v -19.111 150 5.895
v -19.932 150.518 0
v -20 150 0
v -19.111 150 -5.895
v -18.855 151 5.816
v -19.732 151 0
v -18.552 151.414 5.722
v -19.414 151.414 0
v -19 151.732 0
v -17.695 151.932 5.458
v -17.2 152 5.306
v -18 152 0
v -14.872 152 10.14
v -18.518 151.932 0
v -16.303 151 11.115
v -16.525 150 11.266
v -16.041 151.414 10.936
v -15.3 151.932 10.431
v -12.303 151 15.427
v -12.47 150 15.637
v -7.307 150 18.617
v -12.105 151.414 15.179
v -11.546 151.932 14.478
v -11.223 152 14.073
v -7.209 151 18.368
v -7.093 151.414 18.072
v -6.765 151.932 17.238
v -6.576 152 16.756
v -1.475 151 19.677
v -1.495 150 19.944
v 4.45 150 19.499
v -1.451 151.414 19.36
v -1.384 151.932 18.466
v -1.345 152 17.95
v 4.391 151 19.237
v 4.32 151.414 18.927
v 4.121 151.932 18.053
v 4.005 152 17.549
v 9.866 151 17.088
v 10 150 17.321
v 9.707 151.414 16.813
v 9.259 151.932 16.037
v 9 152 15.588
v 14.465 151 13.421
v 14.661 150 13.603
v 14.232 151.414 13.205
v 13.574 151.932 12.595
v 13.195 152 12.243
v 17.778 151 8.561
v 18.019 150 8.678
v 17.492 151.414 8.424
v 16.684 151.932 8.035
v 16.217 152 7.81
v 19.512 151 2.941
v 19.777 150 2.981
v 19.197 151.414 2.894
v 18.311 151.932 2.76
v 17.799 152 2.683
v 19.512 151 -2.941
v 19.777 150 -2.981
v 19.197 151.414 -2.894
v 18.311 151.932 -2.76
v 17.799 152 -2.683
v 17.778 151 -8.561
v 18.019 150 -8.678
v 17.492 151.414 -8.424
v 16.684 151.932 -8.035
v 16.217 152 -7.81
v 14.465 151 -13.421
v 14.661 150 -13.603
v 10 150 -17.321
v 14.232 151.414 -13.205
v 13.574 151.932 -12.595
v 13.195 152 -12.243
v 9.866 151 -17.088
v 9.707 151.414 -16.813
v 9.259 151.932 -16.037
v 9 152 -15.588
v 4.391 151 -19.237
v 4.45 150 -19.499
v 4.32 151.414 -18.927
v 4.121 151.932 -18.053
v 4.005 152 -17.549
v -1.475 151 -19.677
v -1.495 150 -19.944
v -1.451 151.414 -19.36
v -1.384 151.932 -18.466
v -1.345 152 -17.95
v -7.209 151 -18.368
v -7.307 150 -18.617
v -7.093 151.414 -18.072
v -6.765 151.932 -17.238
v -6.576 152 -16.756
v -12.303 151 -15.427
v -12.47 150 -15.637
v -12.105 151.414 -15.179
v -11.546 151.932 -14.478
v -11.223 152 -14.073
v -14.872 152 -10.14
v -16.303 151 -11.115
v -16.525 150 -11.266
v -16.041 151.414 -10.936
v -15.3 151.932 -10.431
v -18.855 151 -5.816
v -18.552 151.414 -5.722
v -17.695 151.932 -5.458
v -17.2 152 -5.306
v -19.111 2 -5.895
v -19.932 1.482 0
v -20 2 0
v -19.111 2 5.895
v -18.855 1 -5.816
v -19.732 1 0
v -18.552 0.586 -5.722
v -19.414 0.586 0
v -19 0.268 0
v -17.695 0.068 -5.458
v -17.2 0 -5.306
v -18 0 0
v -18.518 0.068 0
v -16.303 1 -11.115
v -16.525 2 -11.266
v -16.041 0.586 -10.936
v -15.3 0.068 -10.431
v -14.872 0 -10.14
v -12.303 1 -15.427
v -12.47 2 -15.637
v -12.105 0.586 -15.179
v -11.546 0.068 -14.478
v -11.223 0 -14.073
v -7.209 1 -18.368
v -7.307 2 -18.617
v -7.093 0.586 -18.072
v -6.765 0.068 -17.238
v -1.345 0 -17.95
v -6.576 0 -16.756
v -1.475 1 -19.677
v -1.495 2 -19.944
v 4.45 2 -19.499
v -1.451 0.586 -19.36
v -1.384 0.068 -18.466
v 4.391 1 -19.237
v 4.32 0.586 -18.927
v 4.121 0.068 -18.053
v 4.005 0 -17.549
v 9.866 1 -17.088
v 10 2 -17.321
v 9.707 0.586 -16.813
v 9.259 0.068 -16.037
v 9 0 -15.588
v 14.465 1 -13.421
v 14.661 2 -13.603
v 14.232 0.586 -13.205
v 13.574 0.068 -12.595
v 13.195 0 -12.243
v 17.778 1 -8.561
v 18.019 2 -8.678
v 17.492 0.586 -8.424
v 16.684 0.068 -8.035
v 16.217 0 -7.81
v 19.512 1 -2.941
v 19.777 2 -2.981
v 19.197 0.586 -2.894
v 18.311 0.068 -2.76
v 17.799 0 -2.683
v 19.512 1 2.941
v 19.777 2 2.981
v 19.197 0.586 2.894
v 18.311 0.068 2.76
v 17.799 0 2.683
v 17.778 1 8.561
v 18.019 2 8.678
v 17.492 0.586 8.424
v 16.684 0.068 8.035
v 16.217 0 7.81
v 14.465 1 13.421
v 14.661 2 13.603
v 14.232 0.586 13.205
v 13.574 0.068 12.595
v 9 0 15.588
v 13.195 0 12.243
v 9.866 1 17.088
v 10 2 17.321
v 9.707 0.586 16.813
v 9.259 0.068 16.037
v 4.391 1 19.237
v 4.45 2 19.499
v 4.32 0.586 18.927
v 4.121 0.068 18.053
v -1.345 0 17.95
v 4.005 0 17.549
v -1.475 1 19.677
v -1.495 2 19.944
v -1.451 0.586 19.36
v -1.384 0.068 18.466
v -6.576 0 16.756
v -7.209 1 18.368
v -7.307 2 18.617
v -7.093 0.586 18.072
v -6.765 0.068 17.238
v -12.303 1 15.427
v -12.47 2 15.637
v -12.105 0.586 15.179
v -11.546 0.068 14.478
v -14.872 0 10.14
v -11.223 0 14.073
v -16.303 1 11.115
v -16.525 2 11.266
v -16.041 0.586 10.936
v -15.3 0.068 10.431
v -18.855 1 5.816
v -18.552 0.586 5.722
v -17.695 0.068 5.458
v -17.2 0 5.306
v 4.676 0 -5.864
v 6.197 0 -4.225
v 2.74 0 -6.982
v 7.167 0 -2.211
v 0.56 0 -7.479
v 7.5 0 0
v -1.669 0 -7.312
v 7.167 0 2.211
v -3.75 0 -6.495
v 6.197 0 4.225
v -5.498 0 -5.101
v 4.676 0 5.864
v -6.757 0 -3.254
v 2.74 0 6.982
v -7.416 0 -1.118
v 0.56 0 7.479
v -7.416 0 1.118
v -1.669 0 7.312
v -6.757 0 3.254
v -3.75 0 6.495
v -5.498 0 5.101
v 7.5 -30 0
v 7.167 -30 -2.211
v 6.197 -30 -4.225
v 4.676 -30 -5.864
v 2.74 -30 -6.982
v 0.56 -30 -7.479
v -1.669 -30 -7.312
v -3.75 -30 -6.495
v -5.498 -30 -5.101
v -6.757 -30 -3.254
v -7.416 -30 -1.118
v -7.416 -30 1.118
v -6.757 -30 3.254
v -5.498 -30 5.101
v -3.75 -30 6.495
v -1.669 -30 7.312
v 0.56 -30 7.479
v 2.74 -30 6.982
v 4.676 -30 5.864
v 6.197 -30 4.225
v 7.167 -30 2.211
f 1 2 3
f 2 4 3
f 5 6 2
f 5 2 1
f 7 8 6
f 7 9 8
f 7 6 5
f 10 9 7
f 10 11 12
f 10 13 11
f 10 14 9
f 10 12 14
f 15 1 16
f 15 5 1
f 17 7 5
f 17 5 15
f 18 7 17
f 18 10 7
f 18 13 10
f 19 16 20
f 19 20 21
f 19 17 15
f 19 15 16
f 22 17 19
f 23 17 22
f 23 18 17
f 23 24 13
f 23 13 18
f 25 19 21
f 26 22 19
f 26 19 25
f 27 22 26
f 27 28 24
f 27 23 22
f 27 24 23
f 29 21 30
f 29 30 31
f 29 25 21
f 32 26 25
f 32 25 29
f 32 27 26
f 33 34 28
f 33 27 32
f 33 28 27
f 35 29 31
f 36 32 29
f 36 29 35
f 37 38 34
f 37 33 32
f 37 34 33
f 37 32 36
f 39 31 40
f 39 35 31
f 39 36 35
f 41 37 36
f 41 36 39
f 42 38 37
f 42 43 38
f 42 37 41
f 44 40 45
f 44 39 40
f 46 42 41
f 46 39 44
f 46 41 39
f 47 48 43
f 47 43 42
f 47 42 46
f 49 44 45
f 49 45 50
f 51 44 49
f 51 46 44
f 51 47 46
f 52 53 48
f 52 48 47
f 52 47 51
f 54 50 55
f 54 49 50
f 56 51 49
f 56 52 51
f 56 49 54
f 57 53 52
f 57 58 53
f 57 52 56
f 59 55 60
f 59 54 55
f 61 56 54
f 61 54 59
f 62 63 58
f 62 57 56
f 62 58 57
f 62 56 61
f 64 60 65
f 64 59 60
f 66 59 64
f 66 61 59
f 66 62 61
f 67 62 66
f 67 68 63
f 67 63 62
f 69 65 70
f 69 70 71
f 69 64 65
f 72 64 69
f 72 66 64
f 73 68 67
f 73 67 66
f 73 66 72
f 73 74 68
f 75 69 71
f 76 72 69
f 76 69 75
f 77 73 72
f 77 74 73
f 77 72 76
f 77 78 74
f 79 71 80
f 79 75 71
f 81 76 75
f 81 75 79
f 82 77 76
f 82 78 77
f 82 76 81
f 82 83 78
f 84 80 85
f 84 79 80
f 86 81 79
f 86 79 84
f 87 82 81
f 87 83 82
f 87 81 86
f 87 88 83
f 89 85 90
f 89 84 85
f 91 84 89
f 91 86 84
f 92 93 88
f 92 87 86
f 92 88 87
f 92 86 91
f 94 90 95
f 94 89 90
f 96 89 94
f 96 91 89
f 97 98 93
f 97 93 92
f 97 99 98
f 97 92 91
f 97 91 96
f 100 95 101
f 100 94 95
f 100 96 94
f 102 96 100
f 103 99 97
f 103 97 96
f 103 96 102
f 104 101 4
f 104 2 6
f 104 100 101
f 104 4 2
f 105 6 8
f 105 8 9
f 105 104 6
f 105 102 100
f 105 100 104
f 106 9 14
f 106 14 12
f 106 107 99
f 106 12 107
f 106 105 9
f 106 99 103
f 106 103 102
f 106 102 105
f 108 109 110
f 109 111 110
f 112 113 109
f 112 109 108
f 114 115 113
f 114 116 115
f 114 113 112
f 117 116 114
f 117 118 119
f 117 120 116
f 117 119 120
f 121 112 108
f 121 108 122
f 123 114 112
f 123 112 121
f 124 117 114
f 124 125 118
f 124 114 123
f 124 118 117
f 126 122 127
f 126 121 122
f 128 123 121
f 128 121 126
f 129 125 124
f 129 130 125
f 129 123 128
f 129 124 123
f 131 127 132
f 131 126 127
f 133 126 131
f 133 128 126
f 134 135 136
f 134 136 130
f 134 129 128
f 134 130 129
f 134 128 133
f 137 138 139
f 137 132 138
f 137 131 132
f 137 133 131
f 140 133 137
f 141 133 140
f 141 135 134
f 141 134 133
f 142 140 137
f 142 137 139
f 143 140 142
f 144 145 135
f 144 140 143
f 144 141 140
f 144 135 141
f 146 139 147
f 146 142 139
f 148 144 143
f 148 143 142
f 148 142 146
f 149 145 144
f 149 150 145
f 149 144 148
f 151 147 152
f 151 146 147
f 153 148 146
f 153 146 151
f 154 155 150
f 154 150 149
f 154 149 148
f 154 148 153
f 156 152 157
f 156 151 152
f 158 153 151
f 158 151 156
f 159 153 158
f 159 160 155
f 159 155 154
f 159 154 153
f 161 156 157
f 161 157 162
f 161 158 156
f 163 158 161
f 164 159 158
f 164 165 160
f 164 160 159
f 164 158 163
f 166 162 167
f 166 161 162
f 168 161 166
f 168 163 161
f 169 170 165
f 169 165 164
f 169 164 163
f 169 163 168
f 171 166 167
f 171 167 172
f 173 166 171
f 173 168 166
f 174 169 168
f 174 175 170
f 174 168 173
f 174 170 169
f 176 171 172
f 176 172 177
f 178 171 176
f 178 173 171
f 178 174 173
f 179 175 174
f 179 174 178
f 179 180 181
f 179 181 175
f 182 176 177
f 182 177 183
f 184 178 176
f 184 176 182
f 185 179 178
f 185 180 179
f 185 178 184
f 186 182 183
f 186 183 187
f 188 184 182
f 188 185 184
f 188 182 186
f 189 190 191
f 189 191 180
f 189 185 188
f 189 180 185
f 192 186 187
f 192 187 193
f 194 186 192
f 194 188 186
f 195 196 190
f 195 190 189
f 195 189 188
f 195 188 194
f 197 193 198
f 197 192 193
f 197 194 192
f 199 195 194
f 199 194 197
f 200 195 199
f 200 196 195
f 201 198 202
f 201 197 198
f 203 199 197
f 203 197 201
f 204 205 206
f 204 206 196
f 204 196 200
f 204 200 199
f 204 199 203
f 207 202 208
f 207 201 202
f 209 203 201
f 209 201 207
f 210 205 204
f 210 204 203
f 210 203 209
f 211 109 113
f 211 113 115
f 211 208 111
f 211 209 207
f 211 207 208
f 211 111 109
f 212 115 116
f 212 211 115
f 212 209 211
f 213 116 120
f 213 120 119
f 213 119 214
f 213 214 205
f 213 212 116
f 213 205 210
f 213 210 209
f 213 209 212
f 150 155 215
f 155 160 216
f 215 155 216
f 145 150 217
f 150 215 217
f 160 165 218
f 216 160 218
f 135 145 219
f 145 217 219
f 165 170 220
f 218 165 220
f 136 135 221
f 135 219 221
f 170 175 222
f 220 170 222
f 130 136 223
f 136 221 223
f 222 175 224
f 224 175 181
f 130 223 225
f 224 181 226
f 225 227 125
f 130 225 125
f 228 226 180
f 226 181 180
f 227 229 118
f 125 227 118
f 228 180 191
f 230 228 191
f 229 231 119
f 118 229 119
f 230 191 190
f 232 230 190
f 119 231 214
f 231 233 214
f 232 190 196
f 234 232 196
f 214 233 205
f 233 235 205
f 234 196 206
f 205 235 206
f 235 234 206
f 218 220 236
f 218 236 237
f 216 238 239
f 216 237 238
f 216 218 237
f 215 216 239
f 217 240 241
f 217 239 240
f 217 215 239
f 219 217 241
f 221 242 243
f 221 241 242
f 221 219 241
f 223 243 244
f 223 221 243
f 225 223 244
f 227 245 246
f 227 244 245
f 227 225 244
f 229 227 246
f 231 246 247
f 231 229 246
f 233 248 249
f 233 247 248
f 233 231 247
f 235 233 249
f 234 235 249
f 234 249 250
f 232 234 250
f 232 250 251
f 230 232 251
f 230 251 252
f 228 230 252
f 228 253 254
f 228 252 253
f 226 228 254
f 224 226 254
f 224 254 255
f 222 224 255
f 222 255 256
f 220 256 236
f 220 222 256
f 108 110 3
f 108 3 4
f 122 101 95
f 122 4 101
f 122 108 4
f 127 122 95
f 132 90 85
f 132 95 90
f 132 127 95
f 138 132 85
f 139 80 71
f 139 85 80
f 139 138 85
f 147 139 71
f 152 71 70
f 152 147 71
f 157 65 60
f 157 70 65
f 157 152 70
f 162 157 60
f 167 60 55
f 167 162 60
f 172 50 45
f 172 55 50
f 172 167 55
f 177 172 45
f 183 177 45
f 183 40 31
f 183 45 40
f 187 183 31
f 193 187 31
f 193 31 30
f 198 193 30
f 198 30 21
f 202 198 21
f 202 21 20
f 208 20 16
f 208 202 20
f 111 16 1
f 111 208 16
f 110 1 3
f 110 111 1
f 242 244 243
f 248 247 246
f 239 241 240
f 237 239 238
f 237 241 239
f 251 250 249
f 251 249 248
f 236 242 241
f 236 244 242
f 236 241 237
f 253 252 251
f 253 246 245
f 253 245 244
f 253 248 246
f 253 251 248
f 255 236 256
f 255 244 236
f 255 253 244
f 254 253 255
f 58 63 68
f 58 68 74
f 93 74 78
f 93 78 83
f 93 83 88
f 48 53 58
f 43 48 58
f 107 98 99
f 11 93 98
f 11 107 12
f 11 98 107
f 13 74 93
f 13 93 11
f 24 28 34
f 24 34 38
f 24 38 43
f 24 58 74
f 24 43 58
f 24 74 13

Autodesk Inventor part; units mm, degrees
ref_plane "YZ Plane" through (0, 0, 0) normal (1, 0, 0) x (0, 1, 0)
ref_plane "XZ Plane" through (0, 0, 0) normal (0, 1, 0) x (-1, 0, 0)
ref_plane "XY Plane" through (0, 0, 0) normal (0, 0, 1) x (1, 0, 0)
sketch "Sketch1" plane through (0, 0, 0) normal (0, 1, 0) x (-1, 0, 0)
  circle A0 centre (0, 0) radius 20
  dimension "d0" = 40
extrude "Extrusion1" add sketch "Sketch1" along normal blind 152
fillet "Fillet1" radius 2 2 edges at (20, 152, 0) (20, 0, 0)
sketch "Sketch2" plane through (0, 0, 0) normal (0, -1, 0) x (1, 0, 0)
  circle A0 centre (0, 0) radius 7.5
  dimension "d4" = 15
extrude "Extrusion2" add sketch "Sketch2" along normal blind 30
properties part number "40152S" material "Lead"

========================================================================

▸ Task statement
From the records above, transcribe exactly the run of lines that opens with the line holding "f 233 248 249" and closes with the line holding "f 222 255 256", both included.

▸ Solved problem
f 233 248 249
f 233 247 248
f 233 231 247
f 235 233 249
f 234 235 249
f 234 249 250
f 232 234 250
f 232 250 251
f 230 232 251
f 230 251 252
f 228 230 252
f 228 253 254
f 228 252 253
f 226 228 254
f 224 226 254
f 224 254 255
f 222 224 255
f 222 255 256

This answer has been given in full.